_Instructions to follow_
Extract from the entries below, exactly as given, only the lines from the line containing "v 6.646 -4.75 29.485" to the line containing "v -1.045 -4.5 32.049", both lines included.

===== Material supplied

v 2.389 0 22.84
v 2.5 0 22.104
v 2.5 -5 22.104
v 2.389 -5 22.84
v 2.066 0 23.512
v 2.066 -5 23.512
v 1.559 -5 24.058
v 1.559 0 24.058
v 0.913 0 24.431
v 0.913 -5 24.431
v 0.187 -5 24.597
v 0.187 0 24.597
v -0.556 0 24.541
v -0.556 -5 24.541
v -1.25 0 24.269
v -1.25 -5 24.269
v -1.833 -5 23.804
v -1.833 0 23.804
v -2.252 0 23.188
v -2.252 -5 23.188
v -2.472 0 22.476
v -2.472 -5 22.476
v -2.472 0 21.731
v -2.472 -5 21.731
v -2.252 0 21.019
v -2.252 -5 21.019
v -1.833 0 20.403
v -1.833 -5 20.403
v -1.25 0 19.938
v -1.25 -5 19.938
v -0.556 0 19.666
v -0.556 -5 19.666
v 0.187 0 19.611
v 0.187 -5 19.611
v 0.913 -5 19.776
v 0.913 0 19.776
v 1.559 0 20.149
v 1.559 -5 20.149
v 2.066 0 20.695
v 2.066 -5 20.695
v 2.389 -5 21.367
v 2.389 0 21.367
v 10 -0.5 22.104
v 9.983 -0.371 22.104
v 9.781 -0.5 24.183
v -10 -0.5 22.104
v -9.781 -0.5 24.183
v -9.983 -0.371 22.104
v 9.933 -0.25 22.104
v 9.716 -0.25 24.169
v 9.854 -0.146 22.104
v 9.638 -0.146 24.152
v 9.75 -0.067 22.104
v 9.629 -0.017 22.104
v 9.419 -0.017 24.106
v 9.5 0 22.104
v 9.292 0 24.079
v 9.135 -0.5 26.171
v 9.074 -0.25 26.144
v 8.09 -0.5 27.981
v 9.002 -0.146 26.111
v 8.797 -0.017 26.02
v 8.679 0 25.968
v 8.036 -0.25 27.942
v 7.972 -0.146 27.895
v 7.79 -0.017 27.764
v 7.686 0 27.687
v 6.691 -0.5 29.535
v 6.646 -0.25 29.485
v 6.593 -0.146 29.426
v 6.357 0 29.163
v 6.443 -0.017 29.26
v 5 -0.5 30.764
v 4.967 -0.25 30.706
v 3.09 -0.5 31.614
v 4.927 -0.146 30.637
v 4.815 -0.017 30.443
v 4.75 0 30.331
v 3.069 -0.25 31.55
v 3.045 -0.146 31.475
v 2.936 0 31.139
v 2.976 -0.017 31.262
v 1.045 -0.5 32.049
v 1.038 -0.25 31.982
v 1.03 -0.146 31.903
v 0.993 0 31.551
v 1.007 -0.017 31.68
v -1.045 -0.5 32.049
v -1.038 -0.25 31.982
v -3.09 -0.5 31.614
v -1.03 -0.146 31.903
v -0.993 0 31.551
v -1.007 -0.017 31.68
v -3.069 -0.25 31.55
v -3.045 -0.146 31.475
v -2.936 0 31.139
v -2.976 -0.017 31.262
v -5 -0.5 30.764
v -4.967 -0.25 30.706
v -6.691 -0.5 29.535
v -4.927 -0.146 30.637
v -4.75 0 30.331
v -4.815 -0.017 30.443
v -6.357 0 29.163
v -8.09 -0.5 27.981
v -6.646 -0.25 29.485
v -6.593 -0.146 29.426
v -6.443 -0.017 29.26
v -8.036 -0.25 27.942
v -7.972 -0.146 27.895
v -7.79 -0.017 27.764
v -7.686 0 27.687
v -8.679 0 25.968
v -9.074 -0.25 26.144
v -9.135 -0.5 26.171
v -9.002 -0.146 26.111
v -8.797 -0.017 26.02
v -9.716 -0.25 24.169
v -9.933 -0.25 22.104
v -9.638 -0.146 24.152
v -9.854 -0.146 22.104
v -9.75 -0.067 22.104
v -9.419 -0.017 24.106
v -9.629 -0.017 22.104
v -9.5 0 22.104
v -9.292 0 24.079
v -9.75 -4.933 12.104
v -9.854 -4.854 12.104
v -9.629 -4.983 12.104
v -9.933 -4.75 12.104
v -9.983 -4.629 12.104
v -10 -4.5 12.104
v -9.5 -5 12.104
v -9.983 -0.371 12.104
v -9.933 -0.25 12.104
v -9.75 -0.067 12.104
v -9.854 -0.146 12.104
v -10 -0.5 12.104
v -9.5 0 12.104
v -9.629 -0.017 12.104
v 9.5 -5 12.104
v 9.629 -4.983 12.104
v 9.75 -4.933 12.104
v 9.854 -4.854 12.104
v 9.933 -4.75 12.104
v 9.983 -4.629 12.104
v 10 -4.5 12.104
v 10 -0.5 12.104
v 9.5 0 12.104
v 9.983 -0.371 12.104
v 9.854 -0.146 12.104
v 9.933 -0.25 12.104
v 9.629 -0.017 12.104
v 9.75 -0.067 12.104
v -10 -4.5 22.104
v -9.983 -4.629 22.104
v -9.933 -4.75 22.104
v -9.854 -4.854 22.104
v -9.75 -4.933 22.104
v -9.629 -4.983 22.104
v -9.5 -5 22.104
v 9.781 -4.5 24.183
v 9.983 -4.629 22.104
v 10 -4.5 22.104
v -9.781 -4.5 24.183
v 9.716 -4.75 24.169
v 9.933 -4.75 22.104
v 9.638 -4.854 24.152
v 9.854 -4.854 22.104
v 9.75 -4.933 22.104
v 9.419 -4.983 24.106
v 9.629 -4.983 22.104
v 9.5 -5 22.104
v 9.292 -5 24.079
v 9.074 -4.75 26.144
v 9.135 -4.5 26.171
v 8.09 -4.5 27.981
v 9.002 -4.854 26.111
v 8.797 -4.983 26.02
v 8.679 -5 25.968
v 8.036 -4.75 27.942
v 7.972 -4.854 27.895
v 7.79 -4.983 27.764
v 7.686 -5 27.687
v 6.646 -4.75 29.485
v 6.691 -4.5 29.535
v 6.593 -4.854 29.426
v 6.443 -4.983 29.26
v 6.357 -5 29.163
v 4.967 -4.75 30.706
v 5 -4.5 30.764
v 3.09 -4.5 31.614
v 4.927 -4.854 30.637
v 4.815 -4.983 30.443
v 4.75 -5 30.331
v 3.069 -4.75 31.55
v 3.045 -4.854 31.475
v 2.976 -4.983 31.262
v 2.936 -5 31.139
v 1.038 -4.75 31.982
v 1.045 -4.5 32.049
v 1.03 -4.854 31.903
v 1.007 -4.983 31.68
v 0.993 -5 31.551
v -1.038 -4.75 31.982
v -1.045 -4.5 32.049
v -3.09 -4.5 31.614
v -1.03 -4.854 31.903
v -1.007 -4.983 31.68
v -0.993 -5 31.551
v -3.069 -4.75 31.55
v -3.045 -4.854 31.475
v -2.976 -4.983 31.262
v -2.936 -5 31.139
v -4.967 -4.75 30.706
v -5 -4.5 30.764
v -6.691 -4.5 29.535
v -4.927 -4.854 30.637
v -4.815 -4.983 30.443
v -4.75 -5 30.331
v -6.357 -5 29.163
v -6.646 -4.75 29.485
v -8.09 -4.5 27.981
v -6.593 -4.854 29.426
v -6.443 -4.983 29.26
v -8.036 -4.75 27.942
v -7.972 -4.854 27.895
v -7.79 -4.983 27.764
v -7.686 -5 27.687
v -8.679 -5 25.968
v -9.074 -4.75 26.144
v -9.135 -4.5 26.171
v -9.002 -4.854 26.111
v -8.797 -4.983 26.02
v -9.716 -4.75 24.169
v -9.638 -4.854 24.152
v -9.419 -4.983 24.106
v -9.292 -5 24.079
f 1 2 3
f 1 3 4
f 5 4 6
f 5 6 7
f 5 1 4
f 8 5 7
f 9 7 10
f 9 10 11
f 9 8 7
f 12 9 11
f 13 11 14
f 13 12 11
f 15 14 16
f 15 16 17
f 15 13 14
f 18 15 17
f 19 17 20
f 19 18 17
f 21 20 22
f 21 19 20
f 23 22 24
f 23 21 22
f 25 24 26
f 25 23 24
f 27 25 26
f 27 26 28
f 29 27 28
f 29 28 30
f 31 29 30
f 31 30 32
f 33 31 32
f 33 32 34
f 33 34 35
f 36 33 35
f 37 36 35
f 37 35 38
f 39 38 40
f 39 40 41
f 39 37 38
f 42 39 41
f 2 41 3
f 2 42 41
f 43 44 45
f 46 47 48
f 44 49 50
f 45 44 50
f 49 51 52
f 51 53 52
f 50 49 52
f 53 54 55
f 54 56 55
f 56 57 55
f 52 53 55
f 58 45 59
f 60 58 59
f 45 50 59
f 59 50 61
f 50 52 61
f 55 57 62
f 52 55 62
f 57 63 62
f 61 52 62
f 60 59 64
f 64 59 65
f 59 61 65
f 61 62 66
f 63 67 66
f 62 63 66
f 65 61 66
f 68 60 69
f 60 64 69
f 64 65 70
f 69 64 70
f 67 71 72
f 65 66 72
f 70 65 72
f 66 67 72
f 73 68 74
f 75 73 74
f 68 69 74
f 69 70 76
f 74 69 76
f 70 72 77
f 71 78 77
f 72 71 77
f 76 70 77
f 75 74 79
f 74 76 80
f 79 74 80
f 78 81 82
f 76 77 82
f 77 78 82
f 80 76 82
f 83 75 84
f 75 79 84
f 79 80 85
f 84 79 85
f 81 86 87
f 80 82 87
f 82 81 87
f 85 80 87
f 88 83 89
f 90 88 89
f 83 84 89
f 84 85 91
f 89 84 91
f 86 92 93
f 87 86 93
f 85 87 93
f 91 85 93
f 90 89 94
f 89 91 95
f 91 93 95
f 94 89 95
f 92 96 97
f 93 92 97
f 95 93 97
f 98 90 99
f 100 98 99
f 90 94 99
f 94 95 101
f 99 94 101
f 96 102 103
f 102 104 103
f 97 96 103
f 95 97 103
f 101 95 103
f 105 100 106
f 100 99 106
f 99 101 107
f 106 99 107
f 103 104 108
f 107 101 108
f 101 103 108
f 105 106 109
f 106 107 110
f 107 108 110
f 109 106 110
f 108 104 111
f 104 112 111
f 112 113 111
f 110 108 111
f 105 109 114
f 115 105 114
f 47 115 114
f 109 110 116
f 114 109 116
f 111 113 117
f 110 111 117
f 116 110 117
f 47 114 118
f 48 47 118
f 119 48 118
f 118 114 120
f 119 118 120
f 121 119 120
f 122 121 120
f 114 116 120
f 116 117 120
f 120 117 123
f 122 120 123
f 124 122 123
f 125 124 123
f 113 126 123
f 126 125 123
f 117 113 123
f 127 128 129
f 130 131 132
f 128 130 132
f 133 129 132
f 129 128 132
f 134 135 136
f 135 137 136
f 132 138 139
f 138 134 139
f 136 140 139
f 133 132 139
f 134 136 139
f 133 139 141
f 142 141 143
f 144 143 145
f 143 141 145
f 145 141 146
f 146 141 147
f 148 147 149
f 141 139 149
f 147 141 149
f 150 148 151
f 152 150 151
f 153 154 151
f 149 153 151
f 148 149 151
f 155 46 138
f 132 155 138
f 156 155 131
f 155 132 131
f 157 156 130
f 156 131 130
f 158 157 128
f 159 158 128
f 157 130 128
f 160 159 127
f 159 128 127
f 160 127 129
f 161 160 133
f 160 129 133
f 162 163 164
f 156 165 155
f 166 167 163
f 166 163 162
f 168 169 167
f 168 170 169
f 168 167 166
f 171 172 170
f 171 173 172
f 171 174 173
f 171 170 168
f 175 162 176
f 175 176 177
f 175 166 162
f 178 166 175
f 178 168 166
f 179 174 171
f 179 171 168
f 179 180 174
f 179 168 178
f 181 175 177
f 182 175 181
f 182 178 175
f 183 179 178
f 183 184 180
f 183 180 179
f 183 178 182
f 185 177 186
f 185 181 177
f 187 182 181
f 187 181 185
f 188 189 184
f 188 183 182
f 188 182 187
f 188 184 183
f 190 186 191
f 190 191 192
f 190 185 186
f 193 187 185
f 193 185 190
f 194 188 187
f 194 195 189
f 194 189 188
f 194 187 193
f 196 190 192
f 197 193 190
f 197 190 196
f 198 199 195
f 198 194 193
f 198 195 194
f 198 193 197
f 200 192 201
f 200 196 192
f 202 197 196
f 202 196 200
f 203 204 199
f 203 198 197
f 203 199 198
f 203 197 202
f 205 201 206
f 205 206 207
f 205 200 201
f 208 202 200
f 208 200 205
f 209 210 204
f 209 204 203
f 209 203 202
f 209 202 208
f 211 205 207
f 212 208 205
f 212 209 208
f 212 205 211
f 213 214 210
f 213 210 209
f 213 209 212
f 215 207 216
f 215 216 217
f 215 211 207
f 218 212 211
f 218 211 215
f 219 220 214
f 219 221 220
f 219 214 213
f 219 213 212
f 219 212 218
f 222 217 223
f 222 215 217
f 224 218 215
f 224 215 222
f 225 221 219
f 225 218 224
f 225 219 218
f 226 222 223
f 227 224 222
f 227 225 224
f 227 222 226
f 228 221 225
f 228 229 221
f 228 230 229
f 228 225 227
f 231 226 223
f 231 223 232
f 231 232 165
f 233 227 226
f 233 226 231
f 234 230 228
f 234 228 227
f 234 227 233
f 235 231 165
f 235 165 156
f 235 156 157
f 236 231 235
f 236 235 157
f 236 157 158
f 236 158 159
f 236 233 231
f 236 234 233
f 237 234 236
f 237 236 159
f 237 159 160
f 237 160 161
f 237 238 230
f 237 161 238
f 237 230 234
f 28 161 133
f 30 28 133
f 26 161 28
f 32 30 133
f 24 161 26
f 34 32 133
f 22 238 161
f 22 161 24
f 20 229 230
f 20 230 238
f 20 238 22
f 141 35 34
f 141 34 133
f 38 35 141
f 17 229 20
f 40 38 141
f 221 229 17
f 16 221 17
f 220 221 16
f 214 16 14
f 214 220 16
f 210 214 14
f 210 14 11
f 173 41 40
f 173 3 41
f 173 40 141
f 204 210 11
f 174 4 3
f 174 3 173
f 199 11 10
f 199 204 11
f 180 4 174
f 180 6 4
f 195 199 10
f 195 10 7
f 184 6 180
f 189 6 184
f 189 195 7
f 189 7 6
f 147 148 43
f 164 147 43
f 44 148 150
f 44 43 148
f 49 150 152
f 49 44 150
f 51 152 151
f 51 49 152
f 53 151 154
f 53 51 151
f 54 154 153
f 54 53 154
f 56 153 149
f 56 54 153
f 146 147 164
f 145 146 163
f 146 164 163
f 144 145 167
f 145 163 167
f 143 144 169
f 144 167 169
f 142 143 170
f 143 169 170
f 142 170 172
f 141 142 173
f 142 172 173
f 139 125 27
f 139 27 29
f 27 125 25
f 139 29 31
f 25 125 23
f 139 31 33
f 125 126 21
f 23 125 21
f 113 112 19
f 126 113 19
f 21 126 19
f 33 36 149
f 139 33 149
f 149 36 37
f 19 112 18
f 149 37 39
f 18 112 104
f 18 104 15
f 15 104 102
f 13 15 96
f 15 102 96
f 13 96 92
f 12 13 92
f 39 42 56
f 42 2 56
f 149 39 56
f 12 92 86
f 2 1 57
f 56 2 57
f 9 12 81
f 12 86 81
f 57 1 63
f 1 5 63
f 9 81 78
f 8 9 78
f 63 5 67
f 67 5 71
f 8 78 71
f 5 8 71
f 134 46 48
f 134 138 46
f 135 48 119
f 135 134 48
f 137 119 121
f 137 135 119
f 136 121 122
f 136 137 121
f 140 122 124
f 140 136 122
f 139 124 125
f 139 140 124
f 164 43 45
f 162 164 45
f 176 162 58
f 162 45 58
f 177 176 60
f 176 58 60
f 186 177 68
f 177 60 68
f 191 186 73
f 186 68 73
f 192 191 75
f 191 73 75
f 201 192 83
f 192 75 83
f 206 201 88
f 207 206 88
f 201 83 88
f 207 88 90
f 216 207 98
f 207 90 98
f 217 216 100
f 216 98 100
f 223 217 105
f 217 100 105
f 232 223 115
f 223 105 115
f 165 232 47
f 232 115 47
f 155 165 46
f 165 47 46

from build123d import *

# Parameters (mm, degrees)
F0_R     = 2.5
F1_DEPTH = 5
F2_R     = 0.5


with BuildPart() as f1:
    # F0 (on Front) → F1 (new body)
    with BuildSketch(Plane.XZ):
        with BuildLine():
            Line((-10, 12.10352), (10, 12.10352))
            Line((10, 12.10352), (10, 22.10352))
            ThreePointArc((10, 22.10352), (0, 32.10352), (-10, 22.10352))
            Line((-10, 22.10352), (-10, 12.10352))
        make_face()
        with Locations((0, 22.10352)):
            Circle(F0_R, mode=Mode.SUBTRACT)
    extrude(amount=F1_DEPTH)

    # F2
    f2_edges = [f1.edges().sort_by_distance(p)[0] for p in [
        (0, -5, 32.10352),
        (10, 0, 17.10352),
    ]]
    fillet(f2_edges, radius=F2_R)


solid = f1.part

==========

_Answer for this exercise_
v 6.646 -4.75 29.485
v 6.691 -4.5 29.535
v 6.593 -4.854 29.426
v 6.443 -4.983 29.26
v 6.357 -5 29.163
v 4.967 -4.75 30.706
v 5 -4.5 30.764
v 3.09 -4.5 31.614
v 4.927 -4.854 30.637
v 4.815 -4.983 30.443
v 4.75 -5 30.331
v 3.069 -4.75 31.55
v 3.045 -4.854 31.475
v 2.976 -4.983 31.262
v 2.936 -5 31.139
v 1.038 -4.75 31.982
v 1.045 -4.5 32.049
v 1.03 -4.854 31.903
v 1.007 -4.983 31.68
v 0.993 -5 31.551
v -1.038 -4.75 31.982
v -1.045 -4.5 32.049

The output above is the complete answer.